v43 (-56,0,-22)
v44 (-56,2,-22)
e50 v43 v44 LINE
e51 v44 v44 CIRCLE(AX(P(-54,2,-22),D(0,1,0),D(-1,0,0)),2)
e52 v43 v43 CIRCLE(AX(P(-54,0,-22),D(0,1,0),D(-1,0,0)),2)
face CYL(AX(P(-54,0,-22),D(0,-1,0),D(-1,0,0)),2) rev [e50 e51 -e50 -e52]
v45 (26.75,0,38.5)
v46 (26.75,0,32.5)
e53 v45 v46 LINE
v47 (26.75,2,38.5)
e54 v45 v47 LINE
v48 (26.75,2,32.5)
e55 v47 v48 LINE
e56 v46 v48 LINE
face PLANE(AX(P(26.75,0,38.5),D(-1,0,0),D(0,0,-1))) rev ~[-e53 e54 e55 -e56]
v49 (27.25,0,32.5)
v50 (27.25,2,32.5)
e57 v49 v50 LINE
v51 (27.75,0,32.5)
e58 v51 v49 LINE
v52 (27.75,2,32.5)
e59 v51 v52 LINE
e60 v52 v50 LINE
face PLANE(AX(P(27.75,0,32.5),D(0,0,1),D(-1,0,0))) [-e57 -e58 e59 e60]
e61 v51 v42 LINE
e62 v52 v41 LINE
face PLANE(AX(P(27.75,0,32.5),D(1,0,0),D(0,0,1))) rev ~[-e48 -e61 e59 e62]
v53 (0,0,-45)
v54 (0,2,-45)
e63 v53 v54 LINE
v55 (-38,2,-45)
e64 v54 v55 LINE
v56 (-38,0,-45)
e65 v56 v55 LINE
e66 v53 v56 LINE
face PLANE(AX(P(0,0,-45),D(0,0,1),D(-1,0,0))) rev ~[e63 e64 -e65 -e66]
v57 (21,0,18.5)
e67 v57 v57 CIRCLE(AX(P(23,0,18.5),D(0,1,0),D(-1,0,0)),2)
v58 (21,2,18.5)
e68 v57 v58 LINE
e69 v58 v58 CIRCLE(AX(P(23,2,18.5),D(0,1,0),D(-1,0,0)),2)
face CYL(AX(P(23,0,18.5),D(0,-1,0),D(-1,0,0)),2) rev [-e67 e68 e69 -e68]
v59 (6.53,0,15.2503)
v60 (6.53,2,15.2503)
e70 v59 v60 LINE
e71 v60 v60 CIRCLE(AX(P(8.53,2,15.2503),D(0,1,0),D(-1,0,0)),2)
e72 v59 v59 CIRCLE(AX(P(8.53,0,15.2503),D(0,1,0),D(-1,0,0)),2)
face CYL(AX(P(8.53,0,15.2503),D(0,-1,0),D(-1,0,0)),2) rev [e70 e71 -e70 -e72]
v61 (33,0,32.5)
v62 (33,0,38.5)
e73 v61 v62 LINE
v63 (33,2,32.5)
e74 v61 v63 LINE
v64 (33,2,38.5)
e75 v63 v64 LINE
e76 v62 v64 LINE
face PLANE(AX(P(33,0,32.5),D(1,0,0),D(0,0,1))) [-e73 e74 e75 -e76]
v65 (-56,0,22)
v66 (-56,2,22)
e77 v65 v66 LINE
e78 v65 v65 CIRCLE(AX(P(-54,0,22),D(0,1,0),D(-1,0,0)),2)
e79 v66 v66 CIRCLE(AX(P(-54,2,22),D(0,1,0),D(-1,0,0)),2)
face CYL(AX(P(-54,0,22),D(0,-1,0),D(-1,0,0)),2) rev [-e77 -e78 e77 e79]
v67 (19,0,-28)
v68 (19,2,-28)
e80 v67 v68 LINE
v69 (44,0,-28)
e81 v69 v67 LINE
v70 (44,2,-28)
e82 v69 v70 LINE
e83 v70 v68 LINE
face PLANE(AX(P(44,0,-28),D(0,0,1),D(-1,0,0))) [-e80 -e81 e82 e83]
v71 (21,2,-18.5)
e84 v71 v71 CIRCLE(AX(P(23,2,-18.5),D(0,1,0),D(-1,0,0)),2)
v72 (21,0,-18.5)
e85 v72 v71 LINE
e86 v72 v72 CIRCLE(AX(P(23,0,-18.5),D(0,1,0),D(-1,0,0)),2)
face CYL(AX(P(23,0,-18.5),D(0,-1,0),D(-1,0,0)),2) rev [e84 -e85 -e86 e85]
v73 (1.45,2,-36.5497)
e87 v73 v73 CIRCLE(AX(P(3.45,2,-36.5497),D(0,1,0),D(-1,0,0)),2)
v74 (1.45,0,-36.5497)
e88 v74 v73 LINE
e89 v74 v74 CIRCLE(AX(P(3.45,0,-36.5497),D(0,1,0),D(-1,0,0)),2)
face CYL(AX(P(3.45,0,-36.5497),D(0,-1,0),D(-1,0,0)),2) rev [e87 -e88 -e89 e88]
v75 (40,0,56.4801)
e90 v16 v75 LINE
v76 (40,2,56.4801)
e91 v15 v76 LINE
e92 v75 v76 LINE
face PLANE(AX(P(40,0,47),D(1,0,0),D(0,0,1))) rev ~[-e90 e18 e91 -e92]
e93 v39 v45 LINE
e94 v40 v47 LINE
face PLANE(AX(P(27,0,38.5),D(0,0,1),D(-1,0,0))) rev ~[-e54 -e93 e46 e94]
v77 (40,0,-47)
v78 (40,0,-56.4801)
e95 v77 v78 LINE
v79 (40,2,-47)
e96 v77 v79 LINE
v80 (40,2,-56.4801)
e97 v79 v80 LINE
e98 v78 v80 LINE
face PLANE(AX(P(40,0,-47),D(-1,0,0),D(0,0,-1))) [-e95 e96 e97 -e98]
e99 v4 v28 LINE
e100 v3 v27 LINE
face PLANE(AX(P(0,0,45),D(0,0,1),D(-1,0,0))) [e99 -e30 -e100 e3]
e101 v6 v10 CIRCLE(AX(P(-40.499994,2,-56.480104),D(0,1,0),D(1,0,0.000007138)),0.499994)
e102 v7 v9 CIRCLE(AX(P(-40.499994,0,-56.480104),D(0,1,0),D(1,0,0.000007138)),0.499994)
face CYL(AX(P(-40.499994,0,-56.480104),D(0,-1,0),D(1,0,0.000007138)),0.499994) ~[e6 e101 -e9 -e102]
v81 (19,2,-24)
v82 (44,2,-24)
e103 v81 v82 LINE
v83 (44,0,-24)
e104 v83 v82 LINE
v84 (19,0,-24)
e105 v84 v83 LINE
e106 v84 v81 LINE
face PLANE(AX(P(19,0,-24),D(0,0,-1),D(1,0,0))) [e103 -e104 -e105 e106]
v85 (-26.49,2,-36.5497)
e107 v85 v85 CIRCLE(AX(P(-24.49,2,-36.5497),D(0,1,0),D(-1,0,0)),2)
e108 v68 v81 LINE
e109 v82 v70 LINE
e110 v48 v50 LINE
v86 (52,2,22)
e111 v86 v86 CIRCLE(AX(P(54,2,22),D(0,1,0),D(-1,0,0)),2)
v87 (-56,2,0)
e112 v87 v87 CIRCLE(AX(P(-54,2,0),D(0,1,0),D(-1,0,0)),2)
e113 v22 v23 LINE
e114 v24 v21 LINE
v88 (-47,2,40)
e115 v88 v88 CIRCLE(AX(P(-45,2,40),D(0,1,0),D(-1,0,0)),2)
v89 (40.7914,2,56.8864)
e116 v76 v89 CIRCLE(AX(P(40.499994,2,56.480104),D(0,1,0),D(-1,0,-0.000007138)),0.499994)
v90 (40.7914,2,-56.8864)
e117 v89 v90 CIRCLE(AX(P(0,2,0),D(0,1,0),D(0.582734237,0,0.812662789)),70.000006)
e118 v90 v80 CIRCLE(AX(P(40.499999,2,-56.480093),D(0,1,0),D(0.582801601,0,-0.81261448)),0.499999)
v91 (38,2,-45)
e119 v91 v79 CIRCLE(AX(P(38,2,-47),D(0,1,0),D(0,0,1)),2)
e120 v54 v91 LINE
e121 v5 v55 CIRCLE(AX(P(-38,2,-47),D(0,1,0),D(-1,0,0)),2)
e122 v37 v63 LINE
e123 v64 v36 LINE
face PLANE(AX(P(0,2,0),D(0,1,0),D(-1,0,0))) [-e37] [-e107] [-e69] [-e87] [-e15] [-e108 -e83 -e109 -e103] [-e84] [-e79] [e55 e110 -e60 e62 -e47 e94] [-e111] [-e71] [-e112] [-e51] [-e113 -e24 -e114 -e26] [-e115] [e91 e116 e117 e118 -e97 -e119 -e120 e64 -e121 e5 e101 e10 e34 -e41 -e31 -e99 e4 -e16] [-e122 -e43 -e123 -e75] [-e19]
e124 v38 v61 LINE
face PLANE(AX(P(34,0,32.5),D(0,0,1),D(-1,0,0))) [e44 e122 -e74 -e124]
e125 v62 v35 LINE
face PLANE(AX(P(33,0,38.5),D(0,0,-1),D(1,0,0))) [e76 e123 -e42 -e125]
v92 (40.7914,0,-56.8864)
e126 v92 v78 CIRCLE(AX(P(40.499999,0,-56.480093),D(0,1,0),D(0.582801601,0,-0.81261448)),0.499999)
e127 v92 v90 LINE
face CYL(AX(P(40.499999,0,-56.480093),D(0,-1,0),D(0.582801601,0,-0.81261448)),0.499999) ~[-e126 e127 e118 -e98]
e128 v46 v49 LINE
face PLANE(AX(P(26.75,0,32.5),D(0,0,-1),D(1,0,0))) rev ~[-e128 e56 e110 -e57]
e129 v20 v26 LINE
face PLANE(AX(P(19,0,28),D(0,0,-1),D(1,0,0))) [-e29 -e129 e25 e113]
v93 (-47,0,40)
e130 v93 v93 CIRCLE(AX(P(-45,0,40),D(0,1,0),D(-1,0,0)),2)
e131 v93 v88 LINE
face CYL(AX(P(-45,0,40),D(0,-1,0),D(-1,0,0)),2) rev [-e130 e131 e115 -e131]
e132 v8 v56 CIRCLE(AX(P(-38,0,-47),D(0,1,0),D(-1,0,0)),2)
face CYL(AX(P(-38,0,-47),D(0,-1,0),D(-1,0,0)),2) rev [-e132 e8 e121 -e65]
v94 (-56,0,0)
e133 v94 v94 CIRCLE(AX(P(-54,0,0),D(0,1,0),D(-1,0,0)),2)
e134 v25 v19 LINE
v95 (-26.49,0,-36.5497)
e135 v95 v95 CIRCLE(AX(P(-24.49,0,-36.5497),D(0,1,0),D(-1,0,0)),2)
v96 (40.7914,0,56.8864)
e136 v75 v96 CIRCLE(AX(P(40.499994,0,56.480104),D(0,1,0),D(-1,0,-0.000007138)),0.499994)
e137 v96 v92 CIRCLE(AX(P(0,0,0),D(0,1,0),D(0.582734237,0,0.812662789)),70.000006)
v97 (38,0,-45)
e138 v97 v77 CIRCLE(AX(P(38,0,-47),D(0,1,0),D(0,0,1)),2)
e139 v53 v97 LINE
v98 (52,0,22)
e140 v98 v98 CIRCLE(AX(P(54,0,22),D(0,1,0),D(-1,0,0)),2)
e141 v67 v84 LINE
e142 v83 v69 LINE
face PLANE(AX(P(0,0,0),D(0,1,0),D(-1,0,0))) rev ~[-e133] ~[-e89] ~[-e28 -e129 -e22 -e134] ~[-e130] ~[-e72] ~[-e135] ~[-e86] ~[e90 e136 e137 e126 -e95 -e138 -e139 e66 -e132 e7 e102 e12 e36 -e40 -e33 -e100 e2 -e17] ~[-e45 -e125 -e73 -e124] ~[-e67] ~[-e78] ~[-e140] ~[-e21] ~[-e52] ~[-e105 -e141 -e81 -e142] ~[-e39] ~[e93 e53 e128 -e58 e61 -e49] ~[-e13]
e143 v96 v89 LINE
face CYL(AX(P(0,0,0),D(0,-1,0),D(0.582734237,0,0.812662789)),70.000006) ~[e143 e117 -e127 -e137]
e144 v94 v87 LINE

....

Of the lines above, retype only those from the line containing "v75 (40,0,56.4801)" through the line containing "e106 v84 v81 LINE", including both, exactly.

v75 (40,0,56.4801)
e90 v16 v75 LINE
v76 (40,2,56.4801)
e91 v15 v76 LINE
e92 v75 v76 LINE
face PLANE(AX(P(40,0,47),D(1,0,0),D(0,0,1))) rev ~[-e90 e18 e91 -e92]
e93 v39 v45 LINE
e94 v40 v47 LINE
face PLANE(AX(P(27,0,38.5),D(0,0,1),D(-1,0,0))) rev ~[-e54 -e93 e46 e94]
v77 (40,0,-47)
v78 (40,0,-56.4801)
e95 v77 v78 LINE
v79 (40,2,-47)
e96 v77 v79 LINE
v80 (40,2,-56.4801)
e97 v79 v80 LINE
e98 v78 v80 LINE
face PLANE(AX(P(40,0,-47),D(-1,0,0),D(0,0,-1))) [-e95 e96 e97 -e98]
e99 v4 v28 LINE
e100 v3 v27 LINE
face PLANE(AX(P(0,0,45),D(0,0,1),D(-1,0,0))) [e99 -e30 -e100 e3]
e101 v6 v10 CIRCLE(AX(P(-40.499994,2,-56.480104),D(0,1,0),D(1,0,0.000007138)),0.499994)
e102 v7 v9 CIRCLE(AX(P(-40.499994,0,-56.480104),D(0,1,0),D(1,0,0.000007138)),0.499994)
face CYL(AX(P(-40.499994,0,-56.480104),D(0,-1,0),D(1,0,0.000007138)),0.499994) ~[e6 e101 -e9 -e102]
v81 (19,2,-24)
v82 (44,2,-24)
e103 v81 v82 LINE
v83 (44,0,-24)
e104 v83 v82 LINE
v84 (19,0,-24)
e105 v84 v83 LINE
e106 v84 v81 LINE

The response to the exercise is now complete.